Logarithms as “How Many Times Can I Halve?”

Give the intuition that \( \log_2 n \) counts halvings (or doublings) — connect it to a number’s digit/bit count before any formula.

The Identities You Actually Use

List the product, quotient, power, and change-of-base rules, and flag the two or three that come up constantly — which one lets you swap bases freely?

Change of Base in Practice

Show how \( \log_b n = \log_k n / \log_k b \) turns any base into another times a constant — why does that constant disappear in Big-O?

Why the Log Base Doesn’t Matter in Big-O

Explain why \( \log_2 n \), \( \log_{10} n \), and \( \ln n \) are all \( \Theta(\log n) \) — what swallows the conversion constant, and when DOES the base matter (inside an exponent)?

Where Logs Come From in Code

Identify the two classic sources of a log factor: repeatedly halving the input, and tree height in a balanced structure — what do they share?

Logs in Divide and Conquer

Connect halving the problem size to \( \log_2 n \) levels of recursion — why is that the height of the recursion tree?

Logs from Balanced Tree Height

Reason about why a balanced binary tree on \( n \) nodes has height \( \Theta(\log n) \) — and why an unbalanced one degrades to \( \Theta(n) \).

Summations Show Up Whenever You Loop

Explain why analyzing a loop with varying per-iteration cost becomes a summation — give the translation from a for loop to \( \sum \).

Arithmetic Series

Recall the closed form for \( \sum_{i=1}^{n} i \) and describe where the \( n^2 \) in a nested loop secretly comes from this sum.

Geometric Series

Give the closed form for \( \sum_{i=0}^{n} r^i \) and the key insight: when \( r \neq 1 \), the sum is \( \Theta \) of its largest term — why does that make doubling/halving sums easy?

Increasing vs Decreasing Geometric

Contrast a sum dominated by its last term (growing) vs its first term (shrinking) — how does this explain why “last level dominates” in some recursion trees?

The Harmonic Series

Explain why \( \sum_{i=1}^{n} 1/i \approx \ln n \), and name an analysis (the cost of building something incrementally, or quicksort’s average case) where this \( \log \) sneaks in.

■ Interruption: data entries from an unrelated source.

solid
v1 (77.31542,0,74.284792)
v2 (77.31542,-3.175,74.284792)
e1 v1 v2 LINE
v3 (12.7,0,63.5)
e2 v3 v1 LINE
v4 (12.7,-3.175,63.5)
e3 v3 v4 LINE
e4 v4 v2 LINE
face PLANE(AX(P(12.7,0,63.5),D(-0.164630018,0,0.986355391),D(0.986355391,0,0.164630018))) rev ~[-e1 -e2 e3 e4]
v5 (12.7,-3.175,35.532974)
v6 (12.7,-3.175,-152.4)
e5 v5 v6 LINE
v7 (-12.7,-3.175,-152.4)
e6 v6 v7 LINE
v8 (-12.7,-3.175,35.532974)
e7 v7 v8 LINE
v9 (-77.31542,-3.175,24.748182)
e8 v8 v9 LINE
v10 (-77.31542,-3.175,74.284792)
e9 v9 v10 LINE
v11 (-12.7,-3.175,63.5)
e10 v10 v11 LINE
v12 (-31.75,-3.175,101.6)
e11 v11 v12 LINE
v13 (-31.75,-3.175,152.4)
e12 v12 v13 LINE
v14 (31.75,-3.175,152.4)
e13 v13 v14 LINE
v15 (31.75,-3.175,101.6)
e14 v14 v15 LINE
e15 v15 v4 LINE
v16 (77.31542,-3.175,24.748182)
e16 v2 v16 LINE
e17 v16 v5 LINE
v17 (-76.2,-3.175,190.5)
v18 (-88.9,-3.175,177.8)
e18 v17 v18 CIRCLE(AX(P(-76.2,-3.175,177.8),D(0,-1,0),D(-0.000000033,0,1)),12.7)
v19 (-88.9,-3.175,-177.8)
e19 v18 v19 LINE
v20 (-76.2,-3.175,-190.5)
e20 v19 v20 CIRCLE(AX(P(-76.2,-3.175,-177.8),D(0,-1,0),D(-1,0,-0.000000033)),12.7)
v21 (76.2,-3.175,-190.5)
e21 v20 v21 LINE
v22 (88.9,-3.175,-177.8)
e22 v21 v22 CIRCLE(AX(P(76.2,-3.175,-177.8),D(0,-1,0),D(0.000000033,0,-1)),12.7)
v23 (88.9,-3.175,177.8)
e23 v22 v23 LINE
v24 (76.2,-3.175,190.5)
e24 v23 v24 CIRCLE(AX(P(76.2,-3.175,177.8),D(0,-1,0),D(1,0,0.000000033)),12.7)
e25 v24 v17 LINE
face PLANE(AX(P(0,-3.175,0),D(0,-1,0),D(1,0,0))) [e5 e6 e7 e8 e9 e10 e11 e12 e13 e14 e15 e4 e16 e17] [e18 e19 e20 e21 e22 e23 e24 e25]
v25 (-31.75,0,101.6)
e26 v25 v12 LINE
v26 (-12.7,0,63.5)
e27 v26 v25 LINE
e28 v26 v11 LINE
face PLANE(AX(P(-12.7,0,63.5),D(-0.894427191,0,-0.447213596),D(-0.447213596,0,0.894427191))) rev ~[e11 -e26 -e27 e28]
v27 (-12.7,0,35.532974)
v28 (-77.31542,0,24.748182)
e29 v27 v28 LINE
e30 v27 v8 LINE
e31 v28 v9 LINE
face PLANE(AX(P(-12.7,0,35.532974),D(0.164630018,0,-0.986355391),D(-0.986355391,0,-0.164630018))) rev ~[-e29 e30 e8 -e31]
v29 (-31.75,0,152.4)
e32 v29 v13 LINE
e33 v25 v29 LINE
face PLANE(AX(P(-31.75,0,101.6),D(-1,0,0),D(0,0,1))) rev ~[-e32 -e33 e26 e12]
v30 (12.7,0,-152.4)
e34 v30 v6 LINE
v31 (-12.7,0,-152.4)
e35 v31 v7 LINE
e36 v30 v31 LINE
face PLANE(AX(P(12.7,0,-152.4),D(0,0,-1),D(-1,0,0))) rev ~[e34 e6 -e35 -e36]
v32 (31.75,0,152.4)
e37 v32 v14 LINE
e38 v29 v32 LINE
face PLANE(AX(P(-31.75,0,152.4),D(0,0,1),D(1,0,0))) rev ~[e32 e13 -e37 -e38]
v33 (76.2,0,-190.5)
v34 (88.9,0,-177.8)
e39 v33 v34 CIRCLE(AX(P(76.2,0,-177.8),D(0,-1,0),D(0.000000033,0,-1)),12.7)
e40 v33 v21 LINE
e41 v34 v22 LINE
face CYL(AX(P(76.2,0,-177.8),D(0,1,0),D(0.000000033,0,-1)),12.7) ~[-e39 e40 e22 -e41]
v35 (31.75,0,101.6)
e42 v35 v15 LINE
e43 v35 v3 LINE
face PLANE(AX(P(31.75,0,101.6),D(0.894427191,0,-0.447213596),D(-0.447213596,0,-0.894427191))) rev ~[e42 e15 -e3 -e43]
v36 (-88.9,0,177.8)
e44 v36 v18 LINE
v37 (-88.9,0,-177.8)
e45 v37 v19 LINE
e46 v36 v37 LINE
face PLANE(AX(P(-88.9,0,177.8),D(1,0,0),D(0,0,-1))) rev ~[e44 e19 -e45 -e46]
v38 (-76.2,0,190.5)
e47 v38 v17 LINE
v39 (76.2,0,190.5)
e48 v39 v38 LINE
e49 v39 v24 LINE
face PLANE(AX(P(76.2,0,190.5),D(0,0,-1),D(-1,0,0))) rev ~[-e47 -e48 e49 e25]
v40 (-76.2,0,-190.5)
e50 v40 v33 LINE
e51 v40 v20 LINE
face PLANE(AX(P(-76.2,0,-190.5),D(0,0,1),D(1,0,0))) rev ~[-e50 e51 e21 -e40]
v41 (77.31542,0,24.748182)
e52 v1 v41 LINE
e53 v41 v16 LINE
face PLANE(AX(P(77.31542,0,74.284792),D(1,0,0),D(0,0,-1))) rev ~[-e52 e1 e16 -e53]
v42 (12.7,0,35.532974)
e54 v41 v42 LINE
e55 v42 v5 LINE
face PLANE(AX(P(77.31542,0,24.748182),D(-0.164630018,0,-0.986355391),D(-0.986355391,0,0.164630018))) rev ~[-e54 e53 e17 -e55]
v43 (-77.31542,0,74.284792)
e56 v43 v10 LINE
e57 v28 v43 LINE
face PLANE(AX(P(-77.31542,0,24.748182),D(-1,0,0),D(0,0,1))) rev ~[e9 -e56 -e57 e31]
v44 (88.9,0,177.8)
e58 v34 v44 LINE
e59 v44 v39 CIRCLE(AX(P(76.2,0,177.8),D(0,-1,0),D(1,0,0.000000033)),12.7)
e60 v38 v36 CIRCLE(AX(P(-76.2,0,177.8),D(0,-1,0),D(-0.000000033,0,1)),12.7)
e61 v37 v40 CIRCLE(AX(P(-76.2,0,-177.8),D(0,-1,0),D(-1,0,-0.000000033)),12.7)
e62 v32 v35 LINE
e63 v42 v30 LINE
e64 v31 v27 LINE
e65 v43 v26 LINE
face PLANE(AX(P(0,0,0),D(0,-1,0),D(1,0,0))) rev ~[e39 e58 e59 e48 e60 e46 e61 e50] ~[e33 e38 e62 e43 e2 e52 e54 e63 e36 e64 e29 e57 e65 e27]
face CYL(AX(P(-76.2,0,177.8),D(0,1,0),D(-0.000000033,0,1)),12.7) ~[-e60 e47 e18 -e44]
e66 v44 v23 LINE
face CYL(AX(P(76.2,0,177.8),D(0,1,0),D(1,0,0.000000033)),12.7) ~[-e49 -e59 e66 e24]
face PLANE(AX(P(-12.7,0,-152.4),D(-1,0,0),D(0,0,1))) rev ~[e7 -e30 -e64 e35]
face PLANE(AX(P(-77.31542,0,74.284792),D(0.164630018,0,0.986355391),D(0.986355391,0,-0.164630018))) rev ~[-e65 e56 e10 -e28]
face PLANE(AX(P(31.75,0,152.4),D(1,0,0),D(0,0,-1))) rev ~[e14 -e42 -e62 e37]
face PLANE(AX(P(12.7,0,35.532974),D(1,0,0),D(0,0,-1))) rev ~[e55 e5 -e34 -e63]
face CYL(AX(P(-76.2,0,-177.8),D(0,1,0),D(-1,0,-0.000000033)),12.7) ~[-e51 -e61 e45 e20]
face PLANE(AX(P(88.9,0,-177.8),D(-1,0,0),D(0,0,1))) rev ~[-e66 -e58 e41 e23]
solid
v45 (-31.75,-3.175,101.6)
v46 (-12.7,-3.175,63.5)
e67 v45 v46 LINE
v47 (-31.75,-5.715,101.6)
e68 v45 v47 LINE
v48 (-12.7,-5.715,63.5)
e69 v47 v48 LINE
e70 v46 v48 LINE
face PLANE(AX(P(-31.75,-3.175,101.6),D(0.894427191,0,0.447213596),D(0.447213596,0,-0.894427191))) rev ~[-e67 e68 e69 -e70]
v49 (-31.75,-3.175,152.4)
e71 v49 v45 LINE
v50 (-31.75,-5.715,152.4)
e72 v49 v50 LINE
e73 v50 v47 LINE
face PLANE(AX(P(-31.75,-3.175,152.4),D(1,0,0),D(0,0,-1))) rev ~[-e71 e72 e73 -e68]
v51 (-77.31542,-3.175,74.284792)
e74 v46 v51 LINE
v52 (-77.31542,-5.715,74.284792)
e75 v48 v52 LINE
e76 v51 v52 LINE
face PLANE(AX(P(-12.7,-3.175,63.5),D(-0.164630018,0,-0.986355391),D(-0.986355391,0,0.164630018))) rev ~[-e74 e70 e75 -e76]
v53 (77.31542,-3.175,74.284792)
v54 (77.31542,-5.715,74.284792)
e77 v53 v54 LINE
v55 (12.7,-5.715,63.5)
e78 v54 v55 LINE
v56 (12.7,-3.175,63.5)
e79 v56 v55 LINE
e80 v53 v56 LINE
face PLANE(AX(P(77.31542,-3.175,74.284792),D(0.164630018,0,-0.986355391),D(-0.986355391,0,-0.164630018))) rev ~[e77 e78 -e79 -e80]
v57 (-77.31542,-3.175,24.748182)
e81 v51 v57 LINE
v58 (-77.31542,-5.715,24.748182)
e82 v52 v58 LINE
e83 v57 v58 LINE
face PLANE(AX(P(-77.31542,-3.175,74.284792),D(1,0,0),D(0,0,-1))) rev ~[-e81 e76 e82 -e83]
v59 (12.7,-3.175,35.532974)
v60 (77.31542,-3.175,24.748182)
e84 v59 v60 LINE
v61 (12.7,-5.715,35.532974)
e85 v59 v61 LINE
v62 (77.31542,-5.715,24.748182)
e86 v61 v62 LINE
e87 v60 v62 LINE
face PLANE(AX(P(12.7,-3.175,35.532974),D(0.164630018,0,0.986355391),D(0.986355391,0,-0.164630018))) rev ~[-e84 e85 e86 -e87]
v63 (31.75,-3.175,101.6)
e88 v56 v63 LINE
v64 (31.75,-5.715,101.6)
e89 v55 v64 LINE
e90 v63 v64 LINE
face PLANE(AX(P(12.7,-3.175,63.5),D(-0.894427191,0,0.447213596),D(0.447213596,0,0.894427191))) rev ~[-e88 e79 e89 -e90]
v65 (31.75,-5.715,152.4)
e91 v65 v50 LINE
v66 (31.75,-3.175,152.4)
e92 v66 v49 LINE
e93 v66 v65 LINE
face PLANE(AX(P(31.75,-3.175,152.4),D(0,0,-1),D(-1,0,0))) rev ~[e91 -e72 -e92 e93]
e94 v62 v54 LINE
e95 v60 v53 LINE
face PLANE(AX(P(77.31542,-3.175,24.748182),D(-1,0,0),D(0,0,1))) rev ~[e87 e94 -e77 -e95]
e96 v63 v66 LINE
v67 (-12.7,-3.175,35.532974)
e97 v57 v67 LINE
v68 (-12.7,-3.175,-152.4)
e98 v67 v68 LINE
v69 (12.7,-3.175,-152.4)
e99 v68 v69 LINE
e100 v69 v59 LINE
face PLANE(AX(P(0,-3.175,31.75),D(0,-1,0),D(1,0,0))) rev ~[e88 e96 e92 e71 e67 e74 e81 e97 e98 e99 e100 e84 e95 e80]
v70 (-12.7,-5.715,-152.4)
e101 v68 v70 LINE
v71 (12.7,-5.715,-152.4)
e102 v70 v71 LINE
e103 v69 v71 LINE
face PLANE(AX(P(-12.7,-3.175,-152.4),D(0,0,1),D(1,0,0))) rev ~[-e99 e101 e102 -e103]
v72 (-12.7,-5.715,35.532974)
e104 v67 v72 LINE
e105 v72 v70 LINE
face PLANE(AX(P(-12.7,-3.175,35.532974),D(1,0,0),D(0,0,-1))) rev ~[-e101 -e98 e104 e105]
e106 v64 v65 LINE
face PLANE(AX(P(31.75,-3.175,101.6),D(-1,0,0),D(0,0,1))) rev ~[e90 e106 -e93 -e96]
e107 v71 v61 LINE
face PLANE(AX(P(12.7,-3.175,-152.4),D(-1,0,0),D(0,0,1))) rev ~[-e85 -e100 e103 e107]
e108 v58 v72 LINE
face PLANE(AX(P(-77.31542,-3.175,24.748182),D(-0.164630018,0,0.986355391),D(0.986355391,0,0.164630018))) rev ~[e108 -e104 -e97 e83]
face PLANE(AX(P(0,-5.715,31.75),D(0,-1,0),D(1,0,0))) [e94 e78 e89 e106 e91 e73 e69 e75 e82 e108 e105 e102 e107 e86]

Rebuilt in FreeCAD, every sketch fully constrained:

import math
import FreeCAD as App
import Part
import Sketcher
Q = App.Units.Quantity


def add_polygon(sketch, points):
    """Adds a closed chain of lines whose ends are joined by coincident constraints."""
    first, n = sketch.GeometryCount, len(points)
    for a, b in zip(points, points[1:] + points[:1]):
        sketch.addGeometry(Part.LineSegment(App.Vector(*a, 0), App.Vector(*b, 0)), False)
    for i in range(n):
        sketch.addConstraint(Sketcher.Constraint("Coincident", first + i, 2, first + (i + 1) % n, 1))

doc = App.newDocument("Part")
body = doc.addObject("PartDesign::Body", "Body")

sketch1 = body.newObject("Sketcher::SketchObject", "Sketch")
sketch1.AttachmentSupport = (doc.getObject("XZ_Plane"), [""])
sketch1.MapMode = "FlatFace"
sketch1.addGeometry(Part.LineSegment(App.Vector(76.2, 190.5, 0), App.Vector(-76.2, 190.5, 0)), False)
sketch1.addGeometry(Part.ArcOfCircle(Part.Circle(App.Vector(-76.2, 177.8, 0), App.Vector(0, 0, 1), 12.7), math.radians(90.000002), math.radians(179.999998)), False)
sketch1.addGeometry(Part.LineSegment(App.Vector(-88.9, 177.8, 0), App.Vector(-88.9, -177.8, 0)), False)
sketch1.addGeometry(Part.ArcOfCircle(Part.Circle(App.Vector(-76.2, -177.8, 0), App.Vector(0, 0, 1), 12.7), math.radians(-179.999998), math.radians(-90.000002)), False)
sketch1.addGeometry(Part.LineSegment(App.Vector(-76.2, -190.5, 0), App.Vector(76.2, -190.5, 0)), False)
sketch1.addGeometry(Part.ArcOfCircle(Part.Circle(App.Vector(76.2, -177.8, 0), App.Vector(0, 0, 1), 12.7), math.radians(-89.999998), math.radians(-0.000002)), False)
sketch1.addGeometry(Part.LineSegment(App.Vector(88.9, -177.8, 0), App.Vector(88.9, 177.8, 0)), False)
sketch1.addGeometry(Part.ArcOfCircle(Part.Circle(App.Vector(76.2, 177.8, 0), App.Vector(0, 0, 1), 12.7), math.radians(0.000002), math.radians(89.999998)), False)
add_polygon(sketch1, [(12.7, -152.4), (-12.7, -152.4), (-12.7, 35.532974), (-77.31542, 24.748182), (-77.31542, 74.284792), (-12.7, 63.5), (-31.75, 101.6), (-31.75, 152.4), (31.75, 152.4), (31.75, 101.6), (12.7, 63.5), (77.31542, 74.284792), (77.31542, 24.748182), (12.7, 35.532974)])
sketch1.addConstraint([
    Sketcher.Constraint("Tangent", 0, 2, 1, 1),
    Sketcher.Constraint("Tangent", 1, 2, 2, 1),
    Sketcher.Constraint("Tangent", 2, 2, 3, 1),
    Sketcher.Constraint("Tangent", 3, 2, 4, 1),
    Sketcher.Constraint("Tangent", 4, 2, 5, 1),
    Sketcher.Constraint("Tangent", 5, 2, 6, 1),
    Sketcher.Constraint("Tangent", 6, 2, 7, 1),
    Sketcher.Constraint("Tangent", 7, 2, 0, 1),
    Sketcher.Constraint("Horizontal", 0),
    Sketcher.Constraint("Vertical", 2),
    Sketcher.Constraint("Horizontal", 4),
    Sketcher.Constraint("Vertical", 6),
    Sketcher.Constraint("Horizontal", 8),
    Sketcher.Constraint("Vertical", 9),
    Sketcher.Constraint("Vertical", 11),
    Sketcher.Constraint("Vertical", 14),
    Sketcher.Constraint("Horizontal", 15),
    Sketcher.Constraint("Vertical", 16),
    Sketcher.Constraint("Vertical", 19),
    Sketcher.Constraint("Vertical", 21),
    Sketcher.Constraint("Equal", 1, 3),
    Sketcher.Constraint("Equal", 3, 5),
    Sketcher.Constraint("Equal", 5, 7),
    Sketcher.Constraint("Symmetric", 1, 3, 5, 3, -1, 1),
    Sketcher.Constraint("Symmetric", 13, 2, 16, 2, -2),
    Sketcher.Constraint("Symmetric", 12, 2, 17, 2, -2),
    Sketcher.Constraint("Symmetric", 11, 2, 18, 2, -2),
    Sketcher.Constraint("Symmetric", 9, 2, 20, 2, -2),
    Sketcher.Constraint("Parallel", 10, 18),
    Sketcher.Constraint("Parallel", 12, 20),
    Sketcher.Constraint("Vertical", 9, 2, 12, 2),
    Sketcher.Constraint("Radius", 1, Q("0.5 in")),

Bounding Sums With Integrals

Describe the picture: a monotone sum sandwiched between two integrals — how does this give a quick \( \Theta \) when no closed form is handy?

Telescoping Sums

Explain when consecutive terms cancel and only the endpoints survive — try spotting it in a sum that came from a recurrence.

Time Complexity

Explain why summations ARE the time-complexity calculation for loop-based code — what does \( \sum \) of per-iteration costs literally measure?

From Loop Shape to Summation

For a nested loop where the inner bound depends on the outer index, write the summation that counts inner-body executions — what closed form does it reduce to?

Why a Geometric Loop Is Often \( \Theta(n) \), Not \( \Theta(n\log n) \)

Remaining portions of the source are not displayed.